Investigation of Composition and Processing Parameters on the Mechanical Properties of Magadiite/SBR Composites

摘要

This work investigates mechanical reinforcement and energy dissipation in styrene-butadiene rubber (SBR) composites containing sulfur-functional, organosilane-modified magadiite (MGD), a layered silicate (Na2Si_(14)O_(29)·9H2O). MGD has plate-like active filler particles with surface chemistry similar to precipitated silica. Previous research demonstrated that MGD/SBR elastomers have better mechanical properties than silica/SBR composites with the same filler weight loading. MGD has significantly higher specific surface area than silica, and both the SI-69 coupling agent and SBR can access the MGD interlayer space, resulting in superior reinforcement. This work aims for a deeper understanding of reinforcement mechanisms in MGD/SBR composites by investigating more deeply the influence of composition and processing parameters on composite mechanical properties. We treat MGD with cetyl trimethyl ammonium (CTA), dodecyl pyridinium (DP) and hexadecyl ammonium (HDA) cations to produce "organo-MGD" materials with varying initial interlayer spacing. Using these materials, we explore the hypothesis that larger organo-MGD spacing will permit greater access of SBR into the MGD interlayer gaps.
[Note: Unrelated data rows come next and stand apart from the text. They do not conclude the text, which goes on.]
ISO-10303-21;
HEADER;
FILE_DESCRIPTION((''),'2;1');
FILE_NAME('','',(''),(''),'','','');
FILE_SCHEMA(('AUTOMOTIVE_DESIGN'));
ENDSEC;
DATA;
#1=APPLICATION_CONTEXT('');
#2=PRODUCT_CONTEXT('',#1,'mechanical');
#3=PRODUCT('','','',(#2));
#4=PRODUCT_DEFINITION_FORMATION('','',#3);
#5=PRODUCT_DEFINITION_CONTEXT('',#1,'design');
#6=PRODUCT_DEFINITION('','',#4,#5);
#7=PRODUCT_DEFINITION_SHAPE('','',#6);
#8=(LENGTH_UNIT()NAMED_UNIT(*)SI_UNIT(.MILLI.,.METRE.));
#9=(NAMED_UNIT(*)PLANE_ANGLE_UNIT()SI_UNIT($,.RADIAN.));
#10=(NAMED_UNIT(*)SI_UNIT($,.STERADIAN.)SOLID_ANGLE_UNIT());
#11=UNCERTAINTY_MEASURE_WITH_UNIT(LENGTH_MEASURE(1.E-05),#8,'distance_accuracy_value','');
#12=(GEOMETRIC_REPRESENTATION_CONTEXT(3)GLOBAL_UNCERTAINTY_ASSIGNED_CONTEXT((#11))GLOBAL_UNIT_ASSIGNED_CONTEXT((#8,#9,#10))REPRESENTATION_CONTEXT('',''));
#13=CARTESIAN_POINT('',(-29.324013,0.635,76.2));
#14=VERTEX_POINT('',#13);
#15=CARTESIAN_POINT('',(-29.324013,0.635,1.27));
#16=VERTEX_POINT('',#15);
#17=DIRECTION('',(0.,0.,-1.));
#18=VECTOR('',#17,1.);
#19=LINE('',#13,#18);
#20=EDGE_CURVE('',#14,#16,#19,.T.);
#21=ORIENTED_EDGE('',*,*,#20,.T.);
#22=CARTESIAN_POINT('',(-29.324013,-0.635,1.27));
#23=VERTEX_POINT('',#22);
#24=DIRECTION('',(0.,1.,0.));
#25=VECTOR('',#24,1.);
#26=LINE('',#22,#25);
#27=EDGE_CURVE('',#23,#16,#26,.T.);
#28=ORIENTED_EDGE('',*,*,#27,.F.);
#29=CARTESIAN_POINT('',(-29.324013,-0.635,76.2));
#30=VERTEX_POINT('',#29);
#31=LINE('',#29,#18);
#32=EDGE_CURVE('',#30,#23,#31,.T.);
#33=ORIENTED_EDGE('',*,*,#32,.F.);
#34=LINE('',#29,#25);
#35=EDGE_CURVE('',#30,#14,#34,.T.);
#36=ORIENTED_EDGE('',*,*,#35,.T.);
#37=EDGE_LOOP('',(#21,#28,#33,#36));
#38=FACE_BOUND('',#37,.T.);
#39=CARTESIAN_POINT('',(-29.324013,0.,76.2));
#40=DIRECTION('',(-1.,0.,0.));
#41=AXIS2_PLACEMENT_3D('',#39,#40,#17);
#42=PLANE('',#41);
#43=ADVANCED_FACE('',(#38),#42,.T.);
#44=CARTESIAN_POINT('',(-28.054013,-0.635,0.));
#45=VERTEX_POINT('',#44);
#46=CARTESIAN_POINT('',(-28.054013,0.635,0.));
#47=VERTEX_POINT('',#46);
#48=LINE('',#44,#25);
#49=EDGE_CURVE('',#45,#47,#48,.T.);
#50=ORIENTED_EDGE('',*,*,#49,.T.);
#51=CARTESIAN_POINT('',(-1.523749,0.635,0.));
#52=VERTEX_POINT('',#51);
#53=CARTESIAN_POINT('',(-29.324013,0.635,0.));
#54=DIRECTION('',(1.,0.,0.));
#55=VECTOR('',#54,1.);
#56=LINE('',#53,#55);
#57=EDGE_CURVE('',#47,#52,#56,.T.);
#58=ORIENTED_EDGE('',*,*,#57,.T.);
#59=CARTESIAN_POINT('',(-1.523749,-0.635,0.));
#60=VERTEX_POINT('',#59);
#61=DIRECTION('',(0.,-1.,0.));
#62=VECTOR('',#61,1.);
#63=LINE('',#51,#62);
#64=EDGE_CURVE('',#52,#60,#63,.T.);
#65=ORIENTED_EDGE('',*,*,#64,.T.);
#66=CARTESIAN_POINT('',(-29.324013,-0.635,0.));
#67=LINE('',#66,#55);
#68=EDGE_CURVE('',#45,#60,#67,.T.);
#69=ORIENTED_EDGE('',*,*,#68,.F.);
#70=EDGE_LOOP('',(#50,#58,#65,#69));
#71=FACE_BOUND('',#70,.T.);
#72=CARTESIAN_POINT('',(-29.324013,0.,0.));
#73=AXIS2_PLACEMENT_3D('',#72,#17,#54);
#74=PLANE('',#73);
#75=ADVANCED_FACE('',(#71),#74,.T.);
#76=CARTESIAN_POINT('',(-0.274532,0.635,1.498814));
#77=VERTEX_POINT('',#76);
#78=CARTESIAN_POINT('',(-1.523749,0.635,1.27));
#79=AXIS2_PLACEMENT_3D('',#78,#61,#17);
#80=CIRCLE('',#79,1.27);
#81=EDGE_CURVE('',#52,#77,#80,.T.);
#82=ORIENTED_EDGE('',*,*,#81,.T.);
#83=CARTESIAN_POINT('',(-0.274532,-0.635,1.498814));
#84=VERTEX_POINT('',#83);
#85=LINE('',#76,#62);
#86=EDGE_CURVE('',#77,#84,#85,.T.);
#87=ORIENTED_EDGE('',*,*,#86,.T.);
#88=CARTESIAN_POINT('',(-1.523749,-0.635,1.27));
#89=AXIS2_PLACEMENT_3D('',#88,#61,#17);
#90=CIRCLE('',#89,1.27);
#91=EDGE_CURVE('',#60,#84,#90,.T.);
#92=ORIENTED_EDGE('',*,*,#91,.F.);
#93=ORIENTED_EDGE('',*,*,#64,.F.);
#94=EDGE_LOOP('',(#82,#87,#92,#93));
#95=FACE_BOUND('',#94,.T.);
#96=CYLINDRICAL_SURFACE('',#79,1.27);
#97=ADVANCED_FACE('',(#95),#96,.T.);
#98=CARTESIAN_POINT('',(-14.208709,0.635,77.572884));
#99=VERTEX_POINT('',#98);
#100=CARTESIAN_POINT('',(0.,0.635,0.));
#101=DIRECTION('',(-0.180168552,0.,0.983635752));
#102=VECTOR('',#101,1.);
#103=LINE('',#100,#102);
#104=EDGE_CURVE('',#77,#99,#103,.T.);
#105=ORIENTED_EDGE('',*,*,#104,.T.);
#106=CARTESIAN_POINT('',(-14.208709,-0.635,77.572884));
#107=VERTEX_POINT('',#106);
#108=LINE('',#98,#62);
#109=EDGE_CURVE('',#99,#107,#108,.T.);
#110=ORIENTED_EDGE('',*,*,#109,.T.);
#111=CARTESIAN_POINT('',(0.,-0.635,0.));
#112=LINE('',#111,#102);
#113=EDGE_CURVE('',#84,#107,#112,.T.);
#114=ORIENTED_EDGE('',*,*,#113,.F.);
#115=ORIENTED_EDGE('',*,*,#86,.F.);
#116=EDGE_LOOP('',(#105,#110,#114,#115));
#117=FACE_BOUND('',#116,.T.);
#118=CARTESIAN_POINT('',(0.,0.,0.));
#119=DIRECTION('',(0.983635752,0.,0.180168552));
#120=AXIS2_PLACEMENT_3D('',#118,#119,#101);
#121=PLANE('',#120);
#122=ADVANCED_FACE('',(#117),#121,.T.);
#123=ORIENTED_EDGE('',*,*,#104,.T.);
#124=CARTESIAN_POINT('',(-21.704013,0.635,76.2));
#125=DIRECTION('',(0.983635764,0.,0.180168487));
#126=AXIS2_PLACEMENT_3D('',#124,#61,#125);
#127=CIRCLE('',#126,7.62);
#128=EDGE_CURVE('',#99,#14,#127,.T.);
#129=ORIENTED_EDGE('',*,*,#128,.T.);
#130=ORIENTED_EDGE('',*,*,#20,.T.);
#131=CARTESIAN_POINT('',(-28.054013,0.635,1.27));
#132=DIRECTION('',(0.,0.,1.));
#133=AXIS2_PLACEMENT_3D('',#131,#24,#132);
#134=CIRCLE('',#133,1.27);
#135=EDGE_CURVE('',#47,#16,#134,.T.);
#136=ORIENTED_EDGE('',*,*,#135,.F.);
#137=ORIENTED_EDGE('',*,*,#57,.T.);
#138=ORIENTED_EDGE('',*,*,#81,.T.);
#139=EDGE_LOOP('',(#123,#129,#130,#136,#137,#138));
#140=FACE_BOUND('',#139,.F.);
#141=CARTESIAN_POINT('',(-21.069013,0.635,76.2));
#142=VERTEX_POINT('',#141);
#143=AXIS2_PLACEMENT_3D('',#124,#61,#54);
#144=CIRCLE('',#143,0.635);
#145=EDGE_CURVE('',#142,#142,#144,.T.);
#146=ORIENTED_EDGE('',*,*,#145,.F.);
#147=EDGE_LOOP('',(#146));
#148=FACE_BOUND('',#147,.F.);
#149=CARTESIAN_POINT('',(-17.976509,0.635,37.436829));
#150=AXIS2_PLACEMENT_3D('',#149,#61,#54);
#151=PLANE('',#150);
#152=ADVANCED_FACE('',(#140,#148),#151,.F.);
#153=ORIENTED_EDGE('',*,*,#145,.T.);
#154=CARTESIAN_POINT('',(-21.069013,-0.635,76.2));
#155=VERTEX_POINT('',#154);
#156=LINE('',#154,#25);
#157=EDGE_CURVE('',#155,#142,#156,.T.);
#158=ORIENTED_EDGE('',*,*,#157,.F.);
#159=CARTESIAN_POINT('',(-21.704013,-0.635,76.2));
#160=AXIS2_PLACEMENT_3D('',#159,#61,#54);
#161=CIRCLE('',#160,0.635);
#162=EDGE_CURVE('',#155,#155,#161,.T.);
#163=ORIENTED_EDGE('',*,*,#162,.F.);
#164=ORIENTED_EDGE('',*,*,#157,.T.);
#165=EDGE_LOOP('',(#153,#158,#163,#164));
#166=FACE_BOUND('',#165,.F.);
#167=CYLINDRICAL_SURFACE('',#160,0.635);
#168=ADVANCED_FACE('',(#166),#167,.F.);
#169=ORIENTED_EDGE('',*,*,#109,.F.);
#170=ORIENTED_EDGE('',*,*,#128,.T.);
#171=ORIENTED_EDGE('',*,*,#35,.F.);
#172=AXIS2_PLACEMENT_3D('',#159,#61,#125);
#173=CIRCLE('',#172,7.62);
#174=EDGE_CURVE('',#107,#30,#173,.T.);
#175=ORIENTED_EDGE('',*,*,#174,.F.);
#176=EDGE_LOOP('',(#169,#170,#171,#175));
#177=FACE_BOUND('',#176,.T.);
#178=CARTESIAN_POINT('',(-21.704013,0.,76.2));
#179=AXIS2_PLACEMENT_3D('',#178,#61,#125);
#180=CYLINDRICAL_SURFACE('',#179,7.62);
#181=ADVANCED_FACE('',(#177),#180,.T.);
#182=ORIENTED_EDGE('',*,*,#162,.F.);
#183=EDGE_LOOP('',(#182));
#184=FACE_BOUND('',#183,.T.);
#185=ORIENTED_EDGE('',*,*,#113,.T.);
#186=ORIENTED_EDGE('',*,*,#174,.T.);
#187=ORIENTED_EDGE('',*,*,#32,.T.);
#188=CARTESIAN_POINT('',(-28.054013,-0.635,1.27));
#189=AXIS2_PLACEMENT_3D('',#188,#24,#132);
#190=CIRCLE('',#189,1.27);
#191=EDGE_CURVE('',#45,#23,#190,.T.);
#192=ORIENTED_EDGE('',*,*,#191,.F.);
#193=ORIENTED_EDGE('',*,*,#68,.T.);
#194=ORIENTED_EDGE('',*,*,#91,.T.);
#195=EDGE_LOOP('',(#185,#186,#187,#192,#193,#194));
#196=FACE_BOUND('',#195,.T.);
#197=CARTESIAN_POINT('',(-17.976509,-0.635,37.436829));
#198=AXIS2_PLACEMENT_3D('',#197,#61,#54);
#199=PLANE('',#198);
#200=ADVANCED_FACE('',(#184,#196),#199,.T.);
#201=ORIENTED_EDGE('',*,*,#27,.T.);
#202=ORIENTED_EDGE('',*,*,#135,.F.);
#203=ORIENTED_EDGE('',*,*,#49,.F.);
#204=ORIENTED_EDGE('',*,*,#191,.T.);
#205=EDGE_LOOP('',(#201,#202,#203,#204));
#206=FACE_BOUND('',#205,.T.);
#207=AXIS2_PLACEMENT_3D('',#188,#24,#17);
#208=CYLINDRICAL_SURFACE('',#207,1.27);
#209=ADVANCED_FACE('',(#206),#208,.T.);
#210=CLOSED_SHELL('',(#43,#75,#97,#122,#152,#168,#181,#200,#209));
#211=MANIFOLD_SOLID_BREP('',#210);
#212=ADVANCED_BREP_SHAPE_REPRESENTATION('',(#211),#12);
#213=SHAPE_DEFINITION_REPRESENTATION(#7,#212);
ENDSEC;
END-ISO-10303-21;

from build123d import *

# Parameters (mm, degrees)
F1_DEPTH = 0.635
F2_R     = 0.635
F3_DEPTH = 1.27
F4_R     = 1.27


with BuildPart() as f1:
    # F0 (on Front) → F1 (new body, symmetric)
    with BuildSketch(Plane.XZ):
        with BuildLine():
            Line((-29.324013, 0), (0, 0))
            Line((0, 0), (-14.208709, 77.572884))
            ThreePointArc((-14.208709, 77.572884), (-22.393281, 83.788762), (-29.324013, 76.2))
            Line((-29.324013, 76.2), (-29.324013, 0))
        make_face()
    extrude(amount=F1_DEPTH, both=True)

    # F2 (on face) → F3 (cut, through all)
    with BuildSketch(Plane.XZ.offset(0.635)):
        with Locations((-21.704013, 76.2)):
            Circle(F2_R)
    extrude(amount=-F3_DEPTH, mode=Mode.SUBTRACT)

    # F4
    f4_edges = [f1.edges().sort_by_distance(p)[0] for p in [
        (-29.324013, 0, 0),
        (0, 0, 0),
    ]]
    fillet(f4_edges, radius=F4_R)


solid = f1.part
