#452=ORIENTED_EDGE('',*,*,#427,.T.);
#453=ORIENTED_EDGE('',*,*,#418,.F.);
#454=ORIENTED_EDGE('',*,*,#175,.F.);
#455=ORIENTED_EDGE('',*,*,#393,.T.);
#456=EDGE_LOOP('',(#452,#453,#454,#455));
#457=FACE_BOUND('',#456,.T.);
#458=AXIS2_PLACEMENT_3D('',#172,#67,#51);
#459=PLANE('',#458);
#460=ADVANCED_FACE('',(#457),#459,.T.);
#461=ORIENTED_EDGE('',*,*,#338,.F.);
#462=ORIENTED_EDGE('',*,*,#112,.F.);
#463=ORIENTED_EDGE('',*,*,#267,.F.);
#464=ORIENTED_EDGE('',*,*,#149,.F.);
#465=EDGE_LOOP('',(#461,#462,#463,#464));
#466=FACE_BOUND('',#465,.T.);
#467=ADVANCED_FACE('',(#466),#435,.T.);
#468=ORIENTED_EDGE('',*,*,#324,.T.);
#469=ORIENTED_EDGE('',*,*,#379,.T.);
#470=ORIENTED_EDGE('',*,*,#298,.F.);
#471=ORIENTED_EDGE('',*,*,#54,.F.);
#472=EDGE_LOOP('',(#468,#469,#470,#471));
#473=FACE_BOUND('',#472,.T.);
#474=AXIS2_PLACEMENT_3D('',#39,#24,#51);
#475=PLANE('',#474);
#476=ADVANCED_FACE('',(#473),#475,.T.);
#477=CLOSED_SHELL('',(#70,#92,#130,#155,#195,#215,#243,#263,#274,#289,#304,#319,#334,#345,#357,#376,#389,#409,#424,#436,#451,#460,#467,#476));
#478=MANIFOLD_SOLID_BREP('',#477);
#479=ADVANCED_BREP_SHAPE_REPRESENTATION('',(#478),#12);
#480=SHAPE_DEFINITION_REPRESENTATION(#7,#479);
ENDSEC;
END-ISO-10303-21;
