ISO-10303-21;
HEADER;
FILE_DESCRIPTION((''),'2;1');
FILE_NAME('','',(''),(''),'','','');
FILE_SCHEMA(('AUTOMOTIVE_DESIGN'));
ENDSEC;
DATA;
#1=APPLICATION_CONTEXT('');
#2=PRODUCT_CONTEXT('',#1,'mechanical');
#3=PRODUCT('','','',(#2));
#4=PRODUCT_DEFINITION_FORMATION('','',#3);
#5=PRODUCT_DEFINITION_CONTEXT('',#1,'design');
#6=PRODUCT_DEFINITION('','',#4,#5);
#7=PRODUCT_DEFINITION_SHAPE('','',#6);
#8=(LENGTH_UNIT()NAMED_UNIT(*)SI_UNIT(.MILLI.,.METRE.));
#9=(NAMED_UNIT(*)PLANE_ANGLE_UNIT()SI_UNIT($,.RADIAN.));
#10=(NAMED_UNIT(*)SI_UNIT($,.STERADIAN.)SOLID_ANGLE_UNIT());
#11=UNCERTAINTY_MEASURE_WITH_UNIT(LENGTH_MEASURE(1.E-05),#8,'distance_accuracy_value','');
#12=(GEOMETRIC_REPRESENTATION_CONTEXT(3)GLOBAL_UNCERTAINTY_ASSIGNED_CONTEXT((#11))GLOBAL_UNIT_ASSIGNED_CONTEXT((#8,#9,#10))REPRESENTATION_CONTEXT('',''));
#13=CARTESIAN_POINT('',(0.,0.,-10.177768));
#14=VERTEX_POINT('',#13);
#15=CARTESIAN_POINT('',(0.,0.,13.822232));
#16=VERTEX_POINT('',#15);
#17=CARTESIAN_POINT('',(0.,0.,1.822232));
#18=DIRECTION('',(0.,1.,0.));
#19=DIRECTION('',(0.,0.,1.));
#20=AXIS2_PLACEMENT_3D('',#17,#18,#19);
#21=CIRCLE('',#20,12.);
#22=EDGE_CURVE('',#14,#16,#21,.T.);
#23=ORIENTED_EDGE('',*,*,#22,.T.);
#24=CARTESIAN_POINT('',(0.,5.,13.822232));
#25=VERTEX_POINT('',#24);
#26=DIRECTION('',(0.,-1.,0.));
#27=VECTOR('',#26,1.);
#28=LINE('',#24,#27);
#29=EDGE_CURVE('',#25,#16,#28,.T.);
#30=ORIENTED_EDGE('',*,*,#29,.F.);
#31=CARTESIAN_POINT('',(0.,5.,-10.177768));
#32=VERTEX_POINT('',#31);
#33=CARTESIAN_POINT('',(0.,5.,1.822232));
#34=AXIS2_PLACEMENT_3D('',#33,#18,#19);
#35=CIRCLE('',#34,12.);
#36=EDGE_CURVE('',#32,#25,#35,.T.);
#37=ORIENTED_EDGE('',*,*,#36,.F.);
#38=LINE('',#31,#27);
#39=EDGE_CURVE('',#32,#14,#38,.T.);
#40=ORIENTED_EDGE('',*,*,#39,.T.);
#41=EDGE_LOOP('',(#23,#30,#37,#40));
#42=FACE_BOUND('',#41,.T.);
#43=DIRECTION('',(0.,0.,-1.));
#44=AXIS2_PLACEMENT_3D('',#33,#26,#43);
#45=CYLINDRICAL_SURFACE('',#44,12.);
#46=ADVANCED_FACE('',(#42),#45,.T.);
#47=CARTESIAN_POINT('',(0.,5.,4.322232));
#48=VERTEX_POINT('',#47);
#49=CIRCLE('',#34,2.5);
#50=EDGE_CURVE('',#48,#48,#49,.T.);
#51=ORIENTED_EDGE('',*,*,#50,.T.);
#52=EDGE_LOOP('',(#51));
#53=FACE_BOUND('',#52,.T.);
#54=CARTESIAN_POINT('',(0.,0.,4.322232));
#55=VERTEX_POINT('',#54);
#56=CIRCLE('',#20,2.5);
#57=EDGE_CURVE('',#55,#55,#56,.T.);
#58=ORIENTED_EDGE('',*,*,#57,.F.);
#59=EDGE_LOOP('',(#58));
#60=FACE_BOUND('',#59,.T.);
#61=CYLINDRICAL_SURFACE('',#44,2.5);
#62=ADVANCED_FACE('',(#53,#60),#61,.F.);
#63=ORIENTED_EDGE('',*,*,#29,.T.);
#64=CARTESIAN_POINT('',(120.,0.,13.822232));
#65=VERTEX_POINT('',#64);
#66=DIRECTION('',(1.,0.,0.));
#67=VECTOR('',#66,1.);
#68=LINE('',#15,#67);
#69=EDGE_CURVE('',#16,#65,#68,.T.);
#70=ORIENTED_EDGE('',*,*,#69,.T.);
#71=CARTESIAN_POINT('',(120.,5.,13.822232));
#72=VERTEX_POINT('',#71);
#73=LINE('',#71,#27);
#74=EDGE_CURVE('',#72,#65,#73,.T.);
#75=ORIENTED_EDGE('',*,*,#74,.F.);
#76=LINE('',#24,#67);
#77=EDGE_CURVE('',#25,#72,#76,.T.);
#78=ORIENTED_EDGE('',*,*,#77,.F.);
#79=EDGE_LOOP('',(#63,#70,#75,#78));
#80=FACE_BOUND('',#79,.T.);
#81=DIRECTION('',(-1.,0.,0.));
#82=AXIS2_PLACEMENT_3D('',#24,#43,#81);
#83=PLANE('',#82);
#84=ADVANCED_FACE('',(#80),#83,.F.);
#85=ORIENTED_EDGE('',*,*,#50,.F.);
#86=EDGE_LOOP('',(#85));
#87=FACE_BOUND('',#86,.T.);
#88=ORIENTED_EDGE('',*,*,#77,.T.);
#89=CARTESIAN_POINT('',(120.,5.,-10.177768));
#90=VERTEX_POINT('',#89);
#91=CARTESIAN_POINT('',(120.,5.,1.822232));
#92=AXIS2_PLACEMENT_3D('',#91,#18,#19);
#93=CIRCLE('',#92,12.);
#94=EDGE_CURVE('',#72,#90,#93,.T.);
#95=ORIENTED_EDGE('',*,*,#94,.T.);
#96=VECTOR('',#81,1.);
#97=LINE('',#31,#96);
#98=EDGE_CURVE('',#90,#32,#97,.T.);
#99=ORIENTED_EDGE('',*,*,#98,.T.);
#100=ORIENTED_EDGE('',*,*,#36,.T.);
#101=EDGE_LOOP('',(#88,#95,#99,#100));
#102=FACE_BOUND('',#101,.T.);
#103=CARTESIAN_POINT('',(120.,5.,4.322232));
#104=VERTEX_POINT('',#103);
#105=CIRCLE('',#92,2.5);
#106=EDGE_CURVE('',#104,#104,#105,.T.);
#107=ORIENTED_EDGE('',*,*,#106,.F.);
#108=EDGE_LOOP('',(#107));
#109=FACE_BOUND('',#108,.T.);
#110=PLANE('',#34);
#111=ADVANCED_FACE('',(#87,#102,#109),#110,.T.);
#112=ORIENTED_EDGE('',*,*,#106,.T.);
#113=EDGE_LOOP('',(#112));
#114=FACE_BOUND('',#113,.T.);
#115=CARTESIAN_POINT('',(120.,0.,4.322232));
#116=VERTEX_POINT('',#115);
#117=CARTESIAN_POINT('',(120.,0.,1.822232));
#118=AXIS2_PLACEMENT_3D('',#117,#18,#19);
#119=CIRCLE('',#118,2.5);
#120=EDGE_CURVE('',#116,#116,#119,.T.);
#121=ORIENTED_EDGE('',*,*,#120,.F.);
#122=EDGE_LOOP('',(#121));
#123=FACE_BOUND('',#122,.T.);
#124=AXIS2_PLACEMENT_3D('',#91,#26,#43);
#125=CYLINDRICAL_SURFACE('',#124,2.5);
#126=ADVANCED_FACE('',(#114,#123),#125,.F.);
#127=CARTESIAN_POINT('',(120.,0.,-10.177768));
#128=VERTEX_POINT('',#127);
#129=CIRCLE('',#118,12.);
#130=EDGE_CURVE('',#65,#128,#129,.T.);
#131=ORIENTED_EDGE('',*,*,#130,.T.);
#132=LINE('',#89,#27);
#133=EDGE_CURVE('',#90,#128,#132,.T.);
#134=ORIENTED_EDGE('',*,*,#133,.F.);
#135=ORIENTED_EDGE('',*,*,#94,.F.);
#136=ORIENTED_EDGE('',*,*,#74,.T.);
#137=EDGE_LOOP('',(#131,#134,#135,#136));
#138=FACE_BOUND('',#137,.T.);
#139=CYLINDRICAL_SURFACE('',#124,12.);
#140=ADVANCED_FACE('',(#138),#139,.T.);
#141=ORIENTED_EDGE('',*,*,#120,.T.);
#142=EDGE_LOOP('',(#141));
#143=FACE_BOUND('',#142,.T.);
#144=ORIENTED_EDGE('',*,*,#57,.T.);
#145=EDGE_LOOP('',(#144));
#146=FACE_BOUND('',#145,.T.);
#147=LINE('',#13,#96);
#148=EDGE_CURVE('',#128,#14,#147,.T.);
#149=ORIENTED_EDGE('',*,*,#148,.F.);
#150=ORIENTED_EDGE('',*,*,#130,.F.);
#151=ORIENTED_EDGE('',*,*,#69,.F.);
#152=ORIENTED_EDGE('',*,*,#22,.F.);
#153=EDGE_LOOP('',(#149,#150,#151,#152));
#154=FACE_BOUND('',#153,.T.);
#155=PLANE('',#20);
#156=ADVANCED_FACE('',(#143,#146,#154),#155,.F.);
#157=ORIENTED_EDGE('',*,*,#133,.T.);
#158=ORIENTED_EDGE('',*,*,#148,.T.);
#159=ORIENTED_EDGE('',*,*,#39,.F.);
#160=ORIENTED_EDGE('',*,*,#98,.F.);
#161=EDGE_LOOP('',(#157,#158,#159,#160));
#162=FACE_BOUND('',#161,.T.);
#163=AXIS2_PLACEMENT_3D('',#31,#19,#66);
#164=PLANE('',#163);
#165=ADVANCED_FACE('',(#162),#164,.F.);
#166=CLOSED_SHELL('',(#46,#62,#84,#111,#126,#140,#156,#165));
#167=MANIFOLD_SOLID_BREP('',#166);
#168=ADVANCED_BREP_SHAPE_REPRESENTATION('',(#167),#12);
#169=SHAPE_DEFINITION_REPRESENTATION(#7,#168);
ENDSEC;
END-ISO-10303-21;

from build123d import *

# Parameters (mm, degrees)
SKETCH_1_R      = 2.5
EXTRUDE_1_DEPTH = 5


with BuildPart() as part:
    # Эскиз1 → Вытянуть1 (new body)
    with BuildSketch(Plane(origin=(0, 0, 0), x_dir=(1, 0, 0), z_dir=(0, 1, 0))):
        with BuildLine():
            Line((0, 10.177767955), (120, 10.177767955))
            ThreePointArc((120, 10.177767955), (132, -1.822232045), (120, -13.822232045))
            Line((120, -13.822232045), (0, -13.822232045))
            ThreePointArc((0, -13.822232045), (-12, -1.822232045), (0, 10.177767955))
        make_face()
        with Locations(Location((0, -1.822232045, 0), (0, 0, 270))):
            Circle(SKETCH_1_R, mode=Mode.SUBTRACT)
        with Locations(Location((120, -1.822232045, 0), (0, 0, 270))):
            Circle(SKETCH_1_R, mode=Mode.SUBTRACT)
    extrude(amount=EXTRUDE_1_DEPTH)


solid = part.part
We prepare cross-linked MGD/SBR samples with varying organo-MGD materials, varying levels of SI-69 addition, and varying mixing time to study the influence of those factors on mechanical reinforcement. All samples are characterized by XRD after mixing, milling, and curing steps to help us understand at what stage SBR enters the MGD interlayer. DMA and tensile testing quantify the mechanical properties. This work will help us better understand the impact of non-spherical filler particle shape on reinforcement mechanisms and energy dissipation in platelet-filled elastomers.